The palate consists of the hard palate and soft palate, which together form the roof of the mouth and the floor of the nose. The palatine processes of the maxilla and horizontal lamina of the palatine bones form the hard palate. Its blood supply is mainly from the greater palatine artery, which passes through the greater palatine foramen. The nerve supply is via the anterior palatine and nasopalatine nerves. The soft palate is a fibromuscular shelf made up of several muscles attached like a sling to the posterior portion of the hard palate. It closes off the nasopharynx by tensing and elevating, thereby contacting Passavants ridge posteriorly. The soft palate consists of the tensor veli palatini, the levator veli palatini, the musculus uvulae, the palatoglossus, and palatopharyngeus muscles. CN V supplies the tensor veli palatini, while CN IX and CN X innervate the others. The levator veli palatini is the primary elevator of the palate.


The primary and secondary palates are delineated according to embryological development. The primary palate or premaxilla is a triangular area of the anterior hard palate extending from anterior to the incisive foramen to a point just lateral to the lateral incisor teeth. It includes that portion of the alveolar ridge containing the four incisor teeth. The secondary palate consists of the remaining hard palate and all of the soft palate. The primary palate forms during the 4th to 7th weeks of gestation as the two maxillary swellings merge and the two medial nasal swellings fuse to form the intermaxillary segment. The intermaxillary segment is composed of a labial component (forms the philtrum), a maxilla component (forms alveolus and 4 incisors), and palatal component (forms the triangular primary palate). Normally during development of the primary palate, a cleft does not exist (unlike the secondary palate in which cleft formation occurs as a natural stage of development). The secondary palate forms during the 6th to 9th weeks of gestation, as the palatal shelves change from a vertical to horizontal position and fuse. The tongue must migrate away from the shelves in an antero-inferior direction for palatal fusion to occur.

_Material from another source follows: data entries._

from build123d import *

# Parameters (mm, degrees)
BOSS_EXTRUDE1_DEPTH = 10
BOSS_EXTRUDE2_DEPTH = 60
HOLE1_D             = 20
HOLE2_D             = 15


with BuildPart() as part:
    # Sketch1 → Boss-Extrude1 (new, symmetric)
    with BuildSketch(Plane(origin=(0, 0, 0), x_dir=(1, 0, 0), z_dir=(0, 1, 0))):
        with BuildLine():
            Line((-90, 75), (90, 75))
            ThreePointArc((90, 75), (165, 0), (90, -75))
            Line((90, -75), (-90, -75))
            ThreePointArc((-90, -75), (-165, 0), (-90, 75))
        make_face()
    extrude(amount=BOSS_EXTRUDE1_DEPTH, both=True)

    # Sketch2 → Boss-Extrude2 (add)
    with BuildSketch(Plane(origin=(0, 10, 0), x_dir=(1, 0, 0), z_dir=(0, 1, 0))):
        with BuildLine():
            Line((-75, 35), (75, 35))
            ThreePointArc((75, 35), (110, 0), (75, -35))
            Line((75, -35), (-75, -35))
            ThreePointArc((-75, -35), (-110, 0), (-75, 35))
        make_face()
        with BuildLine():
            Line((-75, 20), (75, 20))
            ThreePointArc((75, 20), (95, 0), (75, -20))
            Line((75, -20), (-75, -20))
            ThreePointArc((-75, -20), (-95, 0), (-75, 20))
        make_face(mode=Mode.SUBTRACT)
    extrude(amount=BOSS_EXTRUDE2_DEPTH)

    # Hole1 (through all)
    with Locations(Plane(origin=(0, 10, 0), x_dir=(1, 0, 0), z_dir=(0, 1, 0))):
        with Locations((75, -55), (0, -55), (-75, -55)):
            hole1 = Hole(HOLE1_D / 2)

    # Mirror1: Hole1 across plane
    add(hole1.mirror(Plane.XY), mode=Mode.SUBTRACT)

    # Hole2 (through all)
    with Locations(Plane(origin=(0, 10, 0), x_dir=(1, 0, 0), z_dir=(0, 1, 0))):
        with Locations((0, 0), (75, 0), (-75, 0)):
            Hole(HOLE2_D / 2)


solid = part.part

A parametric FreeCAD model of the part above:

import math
import FreeCAD as App
import Part
import Sketcher
Q = App.Units.Quantity

doc = App.newDocument("Part")
body = doc.addObject("PartDesign::Body", "Body")

# Sketch on XZ plane
sketch1 = body.newObject("Sketcher::SketchObject", "Sketch")
sketch1.AttachmentSupport = (doc.getObject("XZ_Plane"), [""])
sketch1.MapMode = "FlatFace"
sketch1.addGeometry([
    Part.LineSegment(App.Vector(90, -75, 0), App.Vector(-90, -75, 0)),
    Part.ArcOfCircle(Part.Circle(App.Vector(-90, 0, 0), App.Vector(0, 0, 1), 75), math.radians(90), math.radians(270)),
    Part.LineSegment(App.Vector(-90, 75, 0), App.Vector(90, 75, 0)),
    Part.ArcOfCircle(Part.Circle(App.Vector(90, 0, 0), App.Vector(0, 0, 1), 75), math.radians(-90), math.radians(90)),
], False)
sketch1.addConstraint([
    Sketcher.Constraint("Tangent", 0, 2, 1, 2),
    Sketcher.Constraint("Tangent", 1, 1, 2, 1),
    Sketcher.Constraint("Tangent", 2, 2, 3, 2),
    Sketcher.Constraint("Tangent", 3, 1, 0, 1),
    Sketcher.Constraint("Horizontal", 0),
    Sketcher.Constraint("Horizontal", 2),
    Sketcher.Constraint("Symmetric", 1, 3, 3, 3, -1, 1),
    Sketcher.Constraint("Radius", 1, Q("75 mm")),
    Sketcher.Constraint("DistanceX", 0, 2, 0, 1, Q("180 mm")),
])
pad1 = body.newObject("PartDesign::Pad", "Pad")
pad1.Profile = sketch1
pad1.Length = 20
pad1.Midplane = True

# Sketch on XZ plane
sketch2 = body.newObject("Sketcher::SketchObject", "Sketch001")
sketch2.AttachmentSupport = (doc.getObject("XZ_Plane"), [""])
sketch2.MapMode = "FlatFace"
sketch2.AttachmentOffset = App.Placement(App.Vector(0, 0, -10), App.Rotation())
sketch2.addGeometry([
    Part.LineSegment(App.Vector(75, -35, 0), App.Vector(-75, -35, 0)),  # 0
    Part.ArcOfCircle(Part.Circle(App.Vector(-75, 0, 0), App.Vector(0, 0, 1), 35), math.radians(90), math.radians(270)),  # 1
    Part.LineSegment(App.Vector(-75, 35, 0), App.Vector(75, 35, 0)),  # 2
    Part.ArcOfCircle(Part.Circle(App.Vector(75, 0, 0), App.Vector(0, 0, 1), 35), math.radians(-90), math.radians(90)),  # 3
    Part.LineSegment(App.Vector(-75, -20, 0), App.Vector(75, -20, 0)),  # 4
    Part.ArcOfCircle(Part.Circle(App.Vector(75, 0, 0), App.Vector(0, 0, 1), 20), math.radians(-90), math.radians(90)),  # 5
    Part.LineSegment(App.Vector(75, 20, 0), App.Vector(-75, 20, 0)),  # 6
    Part.ArcOfCircle(Part.Circle(App.Vector(-75, 0, 0), App.Vector(0, 0, 1), 20), math.radians(90), math.radians(270)),  # 7
], False)
sketch2.addConstraint([
    Sketcher.Constraint("Tangent", 0, 2, 1, 2),
    Sketcher.Constraint("Tangent", 1, 1, 2, 1),
    Sketcher.Constraint("Tangent", 2, 2, 3, 2),
    Sketcher.Constraint("Tangent", 3, 1, 0, 1),
    Sketcher.Constraint("Tangent", 4, 2, 5, 1),
    Sketcher.Constraint("Tangent", 5, 2, 6, 1),
    Sketcher.Constraint("Tangent", 6, 2, 7, 1),
    Sketcher.Constraint("Tangent", 7, 2, 4, 1),
    Sketcher.Constraint("Horizontal", 0),
    Sketcher.Constraint("Horizontal", 2),
    Sketcher.Constraint("Horizontal", 4),
    Sketcher.Constraint("Horizontal", 6),
    Sketcher.Constraint("Coincident", 5, 3, 3, 3),
    Sketcher.Constraint("Symmetric", 1, 3, 3, 3, -1, 1),
    Sketcher.Constraint("Vertical", 7, 3, 0, 2),
    Sketcher.Constraint("Radius", 1, Q("35 mm")),
    Sketcher.Constraint("Radius", 5, Q("20 mm")),
    Sketcher.Constraint("DistanceX", 0, 2, 0, 1, Q("150 mm")),
])
pad2 = body.newObject("PartDesign::Pad", "Pad001")
pad2.Profile = sketch2
pad2.Length = 60
pad2.Reversed = True

# Sketch on XZ plane
sketch3 = body.newObject("Sketcher::SketchObject", "Sketch002")
sketch3.AttachmentSupport = (doc.getObject("XZ_Plane"), [""])
sketch3.MapMode = "FlatFace"
sketch3.AttachmentOffset = App.Placement(App.Vector(0, 0, -10), App.Rotation())
sketch3.addGeometry([
    Part.Circle(App.Vector(75, 55, 0), App.Vector(0, 0, 1), 10),
    Part.Circle(App.Vector(0, 55, 0), App.Vector(0, 0, 1), 10),
    Part.Circle(App.Vector(-75, 55, 0), App.Vector(0, 0, 1), 10),
], False)
sketch3.addConstraint([
    Sketcher.Constraint("Equal", 0, 1),
    Sketcher.Constraint("Equal", 1, 2),
    Sketcher.Constraint("Symmetric", 0, 3, 2, 3, -2),
    Sketcher.Constraint("PointOnObject", 1, 3, -2),
    Sketcher.Constraint("Horizontal", 0, 3, 1, 3),
    Sketcher.Constraint("Diameter", 0, Q("20 mm")),
    Sketcher.Constraint("DistanceX", -1, 1, 0, 3, Q("75 mm")),
    Sketcher.Constraint("DistanceY", -1, 1, 0, 3, Q("55 mm")),
])
doc.recompute()
hole = body.newObject("PartDesign::Hole", "Hole")
hole.Profile = sketch3
hole.ThreadType = "None"
hole.Diameter = 20
hole.DepthType = "ThroughAll"
hole.Reversed = True
doc.recompute()

mirrored = body.newObject("PartDesign::Mirrored", "Mirrored")
mirrored.Originals = [hole]
mirrored.MirrorPlane = (doc.getObject("XY_Plane"), [""])
body.Tip = mirrored

# Sketch on XZ plane
sketch4 = body.newObject("Sketcher::SketchObject", "Sketch003")
sketch4.AttachmentSupport = (doc.getObject("XZ_Plane"), [""])
sketch4.MapMode = "FlatFace"
sketch4.AttachmentOffset = App.Placement(App.Vector(0, 0, -10), App.Rotation())
sketch4.addGeometry([
    Part.Circle(App.Vector(0, 0, 0), App.Vector(0, 0, 1), 8),
    Part.Circle(App.Vector(75, 0, 0), App.Vector(0, 0, 1), 8),
    Part.Circle(App.Vector(-75, 0, 0), App.Vector(0, 0, 1), 8),
], False)
sketch4.addConstraint([
    Sketcher.Constraint("Coincident", 0, 3, -1, 1),
    Sketcher.Constraint("Equal", 0, 1),
    Sketcher.Constraint("Equal", 1, 2),
    Sketcher.Constraint("Symmetric", 1, 3, 2, 3, -1, 1),
    Sketcher.Constraint("PointOnObject", 1, 3, -1),
    Sketcher.Constraint("Diameter", 0, Q("15 mm")),
    Sketcher.Constraint("DistanceX", -1, 1, 1, 3, Q("75 mm")),
])
doc.recompute()
hole2 = body.newObject("PartDesign::Hole", "Hole001")
hole2.Profile = sketch4
hole2.ThreadType = "None"
hole2.Diameter = 15
hole2.DepthType = "ThroughAll"
hole2.Reversed = True

doc.recompute()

In general, patients with clefts have a deficiency of tissue and not merely a displacement of normal tissue. A cleft lip occurs when an epithelial bridge fails, due to lack of mesodermal delivery and proliferation from the maxillary and nasal processes. Clefts of the primary palate occur anterior to the incisive foramen. Clefts of the secondary palate are due to lack of fusion of the palatal shelves, and always occur posterior to the incisive foramen. The secondary palate closes 1 week later in females, which may explain why isolated clefts of the secondary palate are more common in females. A cleft of the lip increases in probability of a cleft palate developing. The cleft of the lip occurs earlier and inhibits tongue migration, which may then prevent horizontal alignment and fusion of the palatal shelves. In the unilateral cleft lip, the floor of the nose communicates freely with the oral cavity, the maxilla on the cleft side is hypoplastic, the columella is displaced to the normal side, and the nasal ala on the cleft side is laterally, posteriorly, and inferiorly displaced. The lower lateral cartilage of the nose is lower on the cleft side, its lateral cruz is longer, and the angle between the medial and lateral cruz in more obtuse. The muscles of the orbicularis oris do not form a complete sphincter but instead are directed superiorly to the ala nasi laterally and the base of the columella medially. In the bilateral cleft lip, the central portion of the alveolar arch is rotated anteriorly and superiorly. The medial or prolabial segment of skin contains no muscle or vermillion. In palatal clefts, the muscles of the soft palate are hypoplastic and insert in the posterior margin of the remaining hard palate rather than the midline raphe. Associated dentition abnormalities include supernumerary teeth (20%), dystrophic teeth (30%), congenitally missing teeth (50%), and malocclusion (almost 100%).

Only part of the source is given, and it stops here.